Spirit Mediumship and Mental Health: Therapeutic Self-transformation Among Dang-kis in Singapore.
Boon-ooi Lee, Laurence J Kirmayer
Culture, medicine and psychiatry June 1, 2023 Peer reviewed DOI: 10.1007/s11013-021-09765-y via PubMed
Summary
Spirit mediums in Singapore who practice dang-ki healing generally do not suffer from clinically significant emotional distress. Interviews with eight mediums from five temples and standardized psychological questionnaires indicate that involvement in mediumship may have therapeutic effects. The embodied experience of self, changes in social identity, and bodily experiences during possession rituals contribute to a reconstructed sense of self that promotes wellness and social efficacy.
Study at a glance
| Design | qualitative study |
|---|---|
| Sample size | 8 |
| Population | dang-ki spirit mediums from five temples in Singapore |
| Key finding | Participation in dang-ki healing may have therapeutic effects for mediums, involving changes in social identity, bodily experiences, and sense of self through possession rituals. |
Abstract
While some early studies suggested that spirit mediums were psychiatrically ill individuals who found a culturally sanctioned role, subsequent work has found that they are generally in good physical and mental health.

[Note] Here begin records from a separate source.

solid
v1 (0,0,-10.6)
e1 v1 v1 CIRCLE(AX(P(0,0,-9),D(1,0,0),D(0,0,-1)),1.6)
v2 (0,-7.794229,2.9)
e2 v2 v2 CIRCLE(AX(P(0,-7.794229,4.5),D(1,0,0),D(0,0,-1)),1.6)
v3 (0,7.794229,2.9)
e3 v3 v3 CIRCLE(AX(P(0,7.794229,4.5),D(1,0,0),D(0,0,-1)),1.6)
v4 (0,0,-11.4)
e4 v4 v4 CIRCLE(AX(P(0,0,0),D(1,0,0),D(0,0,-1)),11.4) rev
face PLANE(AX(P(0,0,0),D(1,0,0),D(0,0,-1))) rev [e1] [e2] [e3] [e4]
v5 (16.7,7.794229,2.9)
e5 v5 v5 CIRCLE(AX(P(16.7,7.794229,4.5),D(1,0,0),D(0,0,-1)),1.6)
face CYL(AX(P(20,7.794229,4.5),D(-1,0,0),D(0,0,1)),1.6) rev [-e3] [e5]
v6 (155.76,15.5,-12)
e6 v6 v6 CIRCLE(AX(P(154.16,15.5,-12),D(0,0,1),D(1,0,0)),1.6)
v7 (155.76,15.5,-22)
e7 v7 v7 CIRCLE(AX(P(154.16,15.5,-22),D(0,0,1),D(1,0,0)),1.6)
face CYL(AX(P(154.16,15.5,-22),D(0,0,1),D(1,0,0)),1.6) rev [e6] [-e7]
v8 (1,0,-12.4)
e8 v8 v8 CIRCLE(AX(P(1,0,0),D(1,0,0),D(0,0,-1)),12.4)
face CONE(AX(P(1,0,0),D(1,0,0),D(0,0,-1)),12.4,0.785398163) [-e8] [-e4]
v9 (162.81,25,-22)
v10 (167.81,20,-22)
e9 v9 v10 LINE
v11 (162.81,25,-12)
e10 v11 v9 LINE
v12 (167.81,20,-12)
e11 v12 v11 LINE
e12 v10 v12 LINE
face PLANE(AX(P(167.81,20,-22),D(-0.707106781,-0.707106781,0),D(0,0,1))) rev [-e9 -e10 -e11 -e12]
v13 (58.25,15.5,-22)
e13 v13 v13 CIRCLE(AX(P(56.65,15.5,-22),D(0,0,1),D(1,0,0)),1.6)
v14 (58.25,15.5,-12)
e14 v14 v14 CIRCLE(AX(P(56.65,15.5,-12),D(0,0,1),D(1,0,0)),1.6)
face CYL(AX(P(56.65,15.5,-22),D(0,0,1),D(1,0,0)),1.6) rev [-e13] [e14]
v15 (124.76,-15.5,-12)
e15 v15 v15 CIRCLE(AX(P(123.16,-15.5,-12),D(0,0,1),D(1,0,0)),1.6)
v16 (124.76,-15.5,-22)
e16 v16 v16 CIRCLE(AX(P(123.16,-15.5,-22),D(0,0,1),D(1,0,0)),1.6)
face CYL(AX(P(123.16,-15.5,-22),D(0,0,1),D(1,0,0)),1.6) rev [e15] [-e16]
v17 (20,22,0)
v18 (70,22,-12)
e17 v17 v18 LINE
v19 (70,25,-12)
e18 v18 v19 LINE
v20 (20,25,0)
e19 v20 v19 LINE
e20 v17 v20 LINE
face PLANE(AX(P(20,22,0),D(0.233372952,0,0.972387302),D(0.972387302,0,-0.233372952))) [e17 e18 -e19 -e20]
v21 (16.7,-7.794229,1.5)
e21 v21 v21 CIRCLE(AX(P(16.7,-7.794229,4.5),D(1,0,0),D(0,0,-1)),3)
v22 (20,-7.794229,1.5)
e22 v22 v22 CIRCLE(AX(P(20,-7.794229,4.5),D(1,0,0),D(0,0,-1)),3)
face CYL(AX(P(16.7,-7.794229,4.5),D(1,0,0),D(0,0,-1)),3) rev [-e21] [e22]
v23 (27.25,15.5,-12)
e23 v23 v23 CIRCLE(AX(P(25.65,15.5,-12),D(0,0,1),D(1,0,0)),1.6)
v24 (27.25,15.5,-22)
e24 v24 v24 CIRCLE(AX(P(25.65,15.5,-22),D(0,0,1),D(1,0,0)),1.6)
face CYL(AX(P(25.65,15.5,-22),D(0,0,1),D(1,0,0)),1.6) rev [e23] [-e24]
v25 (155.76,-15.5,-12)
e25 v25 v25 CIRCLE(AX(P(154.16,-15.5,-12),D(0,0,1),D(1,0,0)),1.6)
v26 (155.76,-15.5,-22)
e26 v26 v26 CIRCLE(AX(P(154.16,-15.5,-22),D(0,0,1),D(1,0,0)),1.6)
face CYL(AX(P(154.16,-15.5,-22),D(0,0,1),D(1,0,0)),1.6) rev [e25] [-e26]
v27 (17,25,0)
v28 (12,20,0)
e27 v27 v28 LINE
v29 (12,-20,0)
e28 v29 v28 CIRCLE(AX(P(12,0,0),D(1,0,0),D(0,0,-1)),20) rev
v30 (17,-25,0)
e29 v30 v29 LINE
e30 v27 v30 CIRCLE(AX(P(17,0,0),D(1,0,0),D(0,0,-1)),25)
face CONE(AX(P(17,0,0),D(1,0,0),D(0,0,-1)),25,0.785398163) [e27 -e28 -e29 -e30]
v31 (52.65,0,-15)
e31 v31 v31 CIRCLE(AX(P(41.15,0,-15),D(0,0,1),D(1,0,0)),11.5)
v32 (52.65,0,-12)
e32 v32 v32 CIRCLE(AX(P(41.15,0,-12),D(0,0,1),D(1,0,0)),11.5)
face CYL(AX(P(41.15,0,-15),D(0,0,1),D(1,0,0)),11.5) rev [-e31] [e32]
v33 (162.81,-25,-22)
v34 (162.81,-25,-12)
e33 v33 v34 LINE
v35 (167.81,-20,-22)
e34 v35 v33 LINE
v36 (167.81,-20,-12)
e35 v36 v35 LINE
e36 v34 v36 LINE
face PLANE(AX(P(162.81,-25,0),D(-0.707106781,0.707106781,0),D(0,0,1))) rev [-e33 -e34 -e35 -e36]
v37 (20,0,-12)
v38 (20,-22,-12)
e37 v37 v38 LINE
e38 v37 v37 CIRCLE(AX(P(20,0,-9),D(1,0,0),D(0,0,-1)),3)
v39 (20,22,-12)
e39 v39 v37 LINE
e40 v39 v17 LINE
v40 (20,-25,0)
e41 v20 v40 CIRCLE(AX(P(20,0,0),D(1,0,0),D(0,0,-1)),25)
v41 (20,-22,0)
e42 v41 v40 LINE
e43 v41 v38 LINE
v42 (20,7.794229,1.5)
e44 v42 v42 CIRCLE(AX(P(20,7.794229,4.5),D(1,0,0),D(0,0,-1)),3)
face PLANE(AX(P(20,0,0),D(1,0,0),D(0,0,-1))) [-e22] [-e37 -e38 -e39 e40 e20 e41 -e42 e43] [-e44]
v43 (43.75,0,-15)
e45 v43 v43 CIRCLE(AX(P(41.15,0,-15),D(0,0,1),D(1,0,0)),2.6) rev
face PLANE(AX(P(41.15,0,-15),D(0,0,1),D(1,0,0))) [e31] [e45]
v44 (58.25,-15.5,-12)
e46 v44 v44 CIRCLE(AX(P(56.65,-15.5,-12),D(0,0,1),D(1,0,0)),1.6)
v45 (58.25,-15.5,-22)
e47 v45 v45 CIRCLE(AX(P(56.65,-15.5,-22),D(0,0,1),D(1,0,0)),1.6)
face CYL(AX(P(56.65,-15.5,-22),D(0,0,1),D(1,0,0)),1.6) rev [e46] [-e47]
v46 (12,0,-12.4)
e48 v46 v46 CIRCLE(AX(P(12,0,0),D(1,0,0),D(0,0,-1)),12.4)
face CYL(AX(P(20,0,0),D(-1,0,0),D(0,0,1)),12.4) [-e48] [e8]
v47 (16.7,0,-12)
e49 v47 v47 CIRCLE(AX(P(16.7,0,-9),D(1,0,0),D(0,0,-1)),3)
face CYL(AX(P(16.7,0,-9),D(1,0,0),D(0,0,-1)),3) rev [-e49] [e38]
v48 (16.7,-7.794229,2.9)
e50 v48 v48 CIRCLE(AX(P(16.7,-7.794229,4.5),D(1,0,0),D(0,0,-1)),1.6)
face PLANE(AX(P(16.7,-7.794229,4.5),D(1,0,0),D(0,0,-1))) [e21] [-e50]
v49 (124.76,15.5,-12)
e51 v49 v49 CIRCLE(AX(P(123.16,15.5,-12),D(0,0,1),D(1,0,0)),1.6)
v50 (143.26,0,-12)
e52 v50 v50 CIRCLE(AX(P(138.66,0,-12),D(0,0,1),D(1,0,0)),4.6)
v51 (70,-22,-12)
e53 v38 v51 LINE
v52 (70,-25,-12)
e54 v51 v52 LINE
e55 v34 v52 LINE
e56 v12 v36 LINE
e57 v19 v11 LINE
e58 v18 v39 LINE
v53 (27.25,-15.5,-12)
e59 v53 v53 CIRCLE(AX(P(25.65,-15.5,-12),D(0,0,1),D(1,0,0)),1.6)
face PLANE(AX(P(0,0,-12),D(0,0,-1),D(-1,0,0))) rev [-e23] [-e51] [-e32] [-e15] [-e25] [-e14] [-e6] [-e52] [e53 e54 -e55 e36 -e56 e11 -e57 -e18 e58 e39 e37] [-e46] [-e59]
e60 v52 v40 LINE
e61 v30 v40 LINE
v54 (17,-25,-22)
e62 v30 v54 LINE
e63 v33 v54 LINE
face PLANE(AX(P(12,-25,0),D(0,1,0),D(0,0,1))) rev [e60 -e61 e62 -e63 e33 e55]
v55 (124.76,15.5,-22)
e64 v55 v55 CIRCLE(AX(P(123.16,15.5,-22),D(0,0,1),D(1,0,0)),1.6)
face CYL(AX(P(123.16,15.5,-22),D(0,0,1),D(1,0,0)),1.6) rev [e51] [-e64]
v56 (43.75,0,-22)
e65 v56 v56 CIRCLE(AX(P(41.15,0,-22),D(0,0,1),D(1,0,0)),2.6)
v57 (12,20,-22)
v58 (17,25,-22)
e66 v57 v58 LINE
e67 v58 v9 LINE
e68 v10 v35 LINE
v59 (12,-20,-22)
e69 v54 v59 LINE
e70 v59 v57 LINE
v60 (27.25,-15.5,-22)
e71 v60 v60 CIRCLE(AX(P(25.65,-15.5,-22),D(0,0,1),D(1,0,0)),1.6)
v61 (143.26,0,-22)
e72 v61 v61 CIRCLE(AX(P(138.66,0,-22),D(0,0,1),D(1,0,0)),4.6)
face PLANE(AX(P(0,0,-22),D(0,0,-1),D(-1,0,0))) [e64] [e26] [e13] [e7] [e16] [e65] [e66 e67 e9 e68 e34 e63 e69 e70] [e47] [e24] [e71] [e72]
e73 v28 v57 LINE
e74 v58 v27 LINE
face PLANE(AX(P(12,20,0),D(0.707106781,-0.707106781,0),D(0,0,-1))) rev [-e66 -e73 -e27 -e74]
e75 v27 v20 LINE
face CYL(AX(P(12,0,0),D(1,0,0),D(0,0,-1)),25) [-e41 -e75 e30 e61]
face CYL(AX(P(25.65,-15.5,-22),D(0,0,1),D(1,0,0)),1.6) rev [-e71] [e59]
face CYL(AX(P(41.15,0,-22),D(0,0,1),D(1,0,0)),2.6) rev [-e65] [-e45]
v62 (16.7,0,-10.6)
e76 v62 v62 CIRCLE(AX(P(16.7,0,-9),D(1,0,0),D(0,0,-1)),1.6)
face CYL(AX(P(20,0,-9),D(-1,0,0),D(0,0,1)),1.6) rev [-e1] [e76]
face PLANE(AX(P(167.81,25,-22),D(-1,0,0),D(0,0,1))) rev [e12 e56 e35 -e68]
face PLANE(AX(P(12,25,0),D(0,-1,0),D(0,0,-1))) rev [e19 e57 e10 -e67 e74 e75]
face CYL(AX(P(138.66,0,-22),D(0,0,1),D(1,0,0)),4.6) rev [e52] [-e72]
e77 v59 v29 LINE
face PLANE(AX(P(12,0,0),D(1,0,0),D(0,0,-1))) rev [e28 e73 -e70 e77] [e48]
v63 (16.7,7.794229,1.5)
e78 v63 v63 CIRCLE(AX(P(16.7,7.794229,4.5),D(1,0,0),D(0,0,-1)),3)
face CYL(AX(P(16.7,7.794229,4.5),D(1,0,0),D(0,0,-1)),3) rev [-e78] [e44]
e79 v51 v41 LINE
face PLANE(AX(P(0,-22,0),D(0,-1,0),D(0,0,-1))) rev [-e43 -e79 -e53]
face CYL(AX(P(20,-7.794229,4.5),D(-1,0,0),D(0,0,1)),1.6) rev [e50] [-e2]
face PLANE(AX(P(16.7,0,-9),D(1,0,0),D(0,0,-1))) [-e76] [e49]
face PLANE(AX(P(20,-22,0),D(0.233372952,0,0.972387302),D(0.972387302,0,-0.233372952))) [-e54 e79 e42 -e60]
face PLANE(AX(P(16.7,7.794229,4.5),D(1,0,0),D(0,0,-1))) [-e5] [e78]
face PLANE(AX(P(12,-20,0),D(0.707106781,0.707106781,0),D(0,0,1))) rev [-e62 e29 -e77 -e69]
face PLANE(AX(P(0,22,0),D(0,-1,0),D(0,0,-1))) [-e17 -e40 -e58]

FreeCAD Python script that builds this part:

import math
import FreeCAD as App
import Part
import Sketcher
Q = App.Units.Quantity


def edges_at(feature, points):
    """Names of the edges that pass closest to the given points."""
    edges = feature.Shape.Edges
    near = lambda p: min(range(len(edges)), key=lambda i: edges[i].distToShape(Part.Vertex(*p))[0])
    return sorted({f"Edge{near(p) + 1}" for p in points})

doc = App.newDocument("Part")
params = doc.addObject("Spreadsheet::Sheet", "Params")
for row, (alias, value) in enumerate([
    ("sketch1_diameter", "24.8 mm"),
    ("sketch1_diameter2", "3.2 mm"),
    ("pad1_length", "20 mm"),
    ("sketch2_radius", "25 mm"),
    ("sketch2_radius2", "12.4 mm"),
    ("sketch2_height", "12 mm"),
    ("pad2_length", "8 mm"),
    ("sketch3_height", "50 mm"),
    ("sketch3_width", "155.81 mm"),
    ("pad3_length", "10 mm"),
    ("sketch4_diameter", "3.2 mm"),
    ("sketch4_diameter2", "5.2 mm"),
    ("sketch4_diameter3", "9.2 mm"),
    ("pocket1_length", "10 mm"),
    ("sketch5_diameter", "6 mm"),
    ("pocket2_length", "3.3 mm"),
    ("sketch6_diameter", "23 mm"),
    ("pocket3_length", "3 mm"),
    ("sketch7_width", "50 mm"),
    ("sketch7_height", "12 mm"),
    ("pad4_length", "3 mm"),
    ("sketch8_width", "50 mm"),
    ("sketch8_height", "12 mm"),
    ("pad5_length", "3 mm"),
    ("chamfer_size", "5 mm"),
    ("chamfer2_size", "1 mm"),
], start=1):
    params.set(f"A{row}", alias)
    params.set(f"B{row}", "=" + value)
    params.setAlias(f"B{row}", alias)

body = doc.addObject("PartDesign::Body", "Body")

sketch1 = body.newObject("Sketcher::SketchObject", "Sketch")
sketch1.AttachmentSupport = (doc.getObject("YZ_Plane"), [""])
sketch1.MapMode = "FlatFace"
sketch1.addGeometry([
    Part.Circle(App.Vector(0, 0, 0), App.Vector(0, 0, 1), 12.4),
    Part.Circle(App.Vector(-7.8, 4.5, 0), App.Vector(0, 0, 1), 1.6),
    Part.Circle(App.Vector(0, -9, 0), App.Vector(0, 0, 1), 1.6),
    Part.Circle(App.Vector(7.8, 4.5, 0), App.Vector(0, 0, 1), 1.6),
], False)
sketch1.addConstraint([
    Sketcher.Constraint("Coincident", 0, 3, -1, 1),
    Sketcher.Constraint("Equal", 1, 2),
    Sketcher.Constraint("Equal", 2, 3),
    Sketcher.Constraint("Symmetric", 1, 3, 3, 3, -2),
    Sketcher.Constraint("PointOnObject", 2, 3, -2),
    Sketcher.Constraint("Diameter", 0, Q("24.8 mm")),
    Sketcher.Constraint("Diameter", 1, Q("3.2 mm")),
    Sketcher.Constraint("DistanceY", 2, 3, -1, 1, Q("9 mm")),
    Sketcher.Constraint("DistanceY", -1, 1, 1, 3, Q("4.5 mm")),
    Sketcher.Constraint("DistanceX", 1, 3, -1, 1, Q("7.794229 mm")),
])
sketch1.setExpression("Constraints[5]", "Params.sketch1_diameter")
sketch1.setExpression("Constraints[6]", "Params.sketch1_diameter2")
pad1 = body.newObject("PartDesign::Pad", "Pad")
pad1.Profile = sketch1
pad1.setExpression("Length", "Params.pad1_length")

sketch2 = body.newObject("Sketcher::SketchObject", "Sketch001")
sketch2.AttachmentSupport = (doc.getObject("YZ_Plane"), [""])
sketch2.MapMode = "FlatFace"
sketch2.AttachmentOffset = App.Placement(App.Vector(0, 0, 20), App.Rotation())
sketch2.addGeometry([
    Part.LineSegment(App.Vector(25, -12, 0), App.Vector(25, 0, 0)),
    Part.ArcOfCircle(Part.Circle(App.Vector(0, 0, 0), App.Vector(0, 0, 1), 25), math.radians(0), math.radians(180)),
    Part.LineSegment(App.Vector(-25, 0, 0), App.Vector(-25, -12, 0)),
    Part.LineSegment(App.Vector(-25, -12, 0), App.Vector(-3, -12, 0)),
    Part.ArcOfCircle(Part.Circle(App.Vector(0, 0, 0), App.Vector(0, 0, 1), 12), math.radians(-75), math.radians(255)),
    Part.LineSegment(App.Vector(3, -12, 0), App.Vector(25, -12, 0)),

While the calling to be a healer often involves an initiatory illness, practitioners go on to play demanding social roles, suggesting that involvement in mediumship may be therapeutic for the practitioner. This study focuses on dang-ki healing, a form of Chinese spirit mediumship practiced in Singapore to explore whether participation in dang-ki healing is therapeutic for the mediums. We interviewed eight dang-kis from five temples about their life trajectories and assessed their mental health status with standardized psychological questionnaires. Most of the dang-kis did not appear to suffer from clinically significant emotional distress. Their narratives suggest that involvement in dang-ki mediumship may have therapeutic effects in which the embodied experience of self plays a central role. The dang-kis experienced changes in social identity, bodily experiences during spirit possession, and their overall sense of self through recurrent possession rituals. In general, the practice of spirit mediumship illustrates how the experiences and meanings of the self are constructed and reconstructed through body-world relations in ways that may confer a sense of wellness and social efficacy.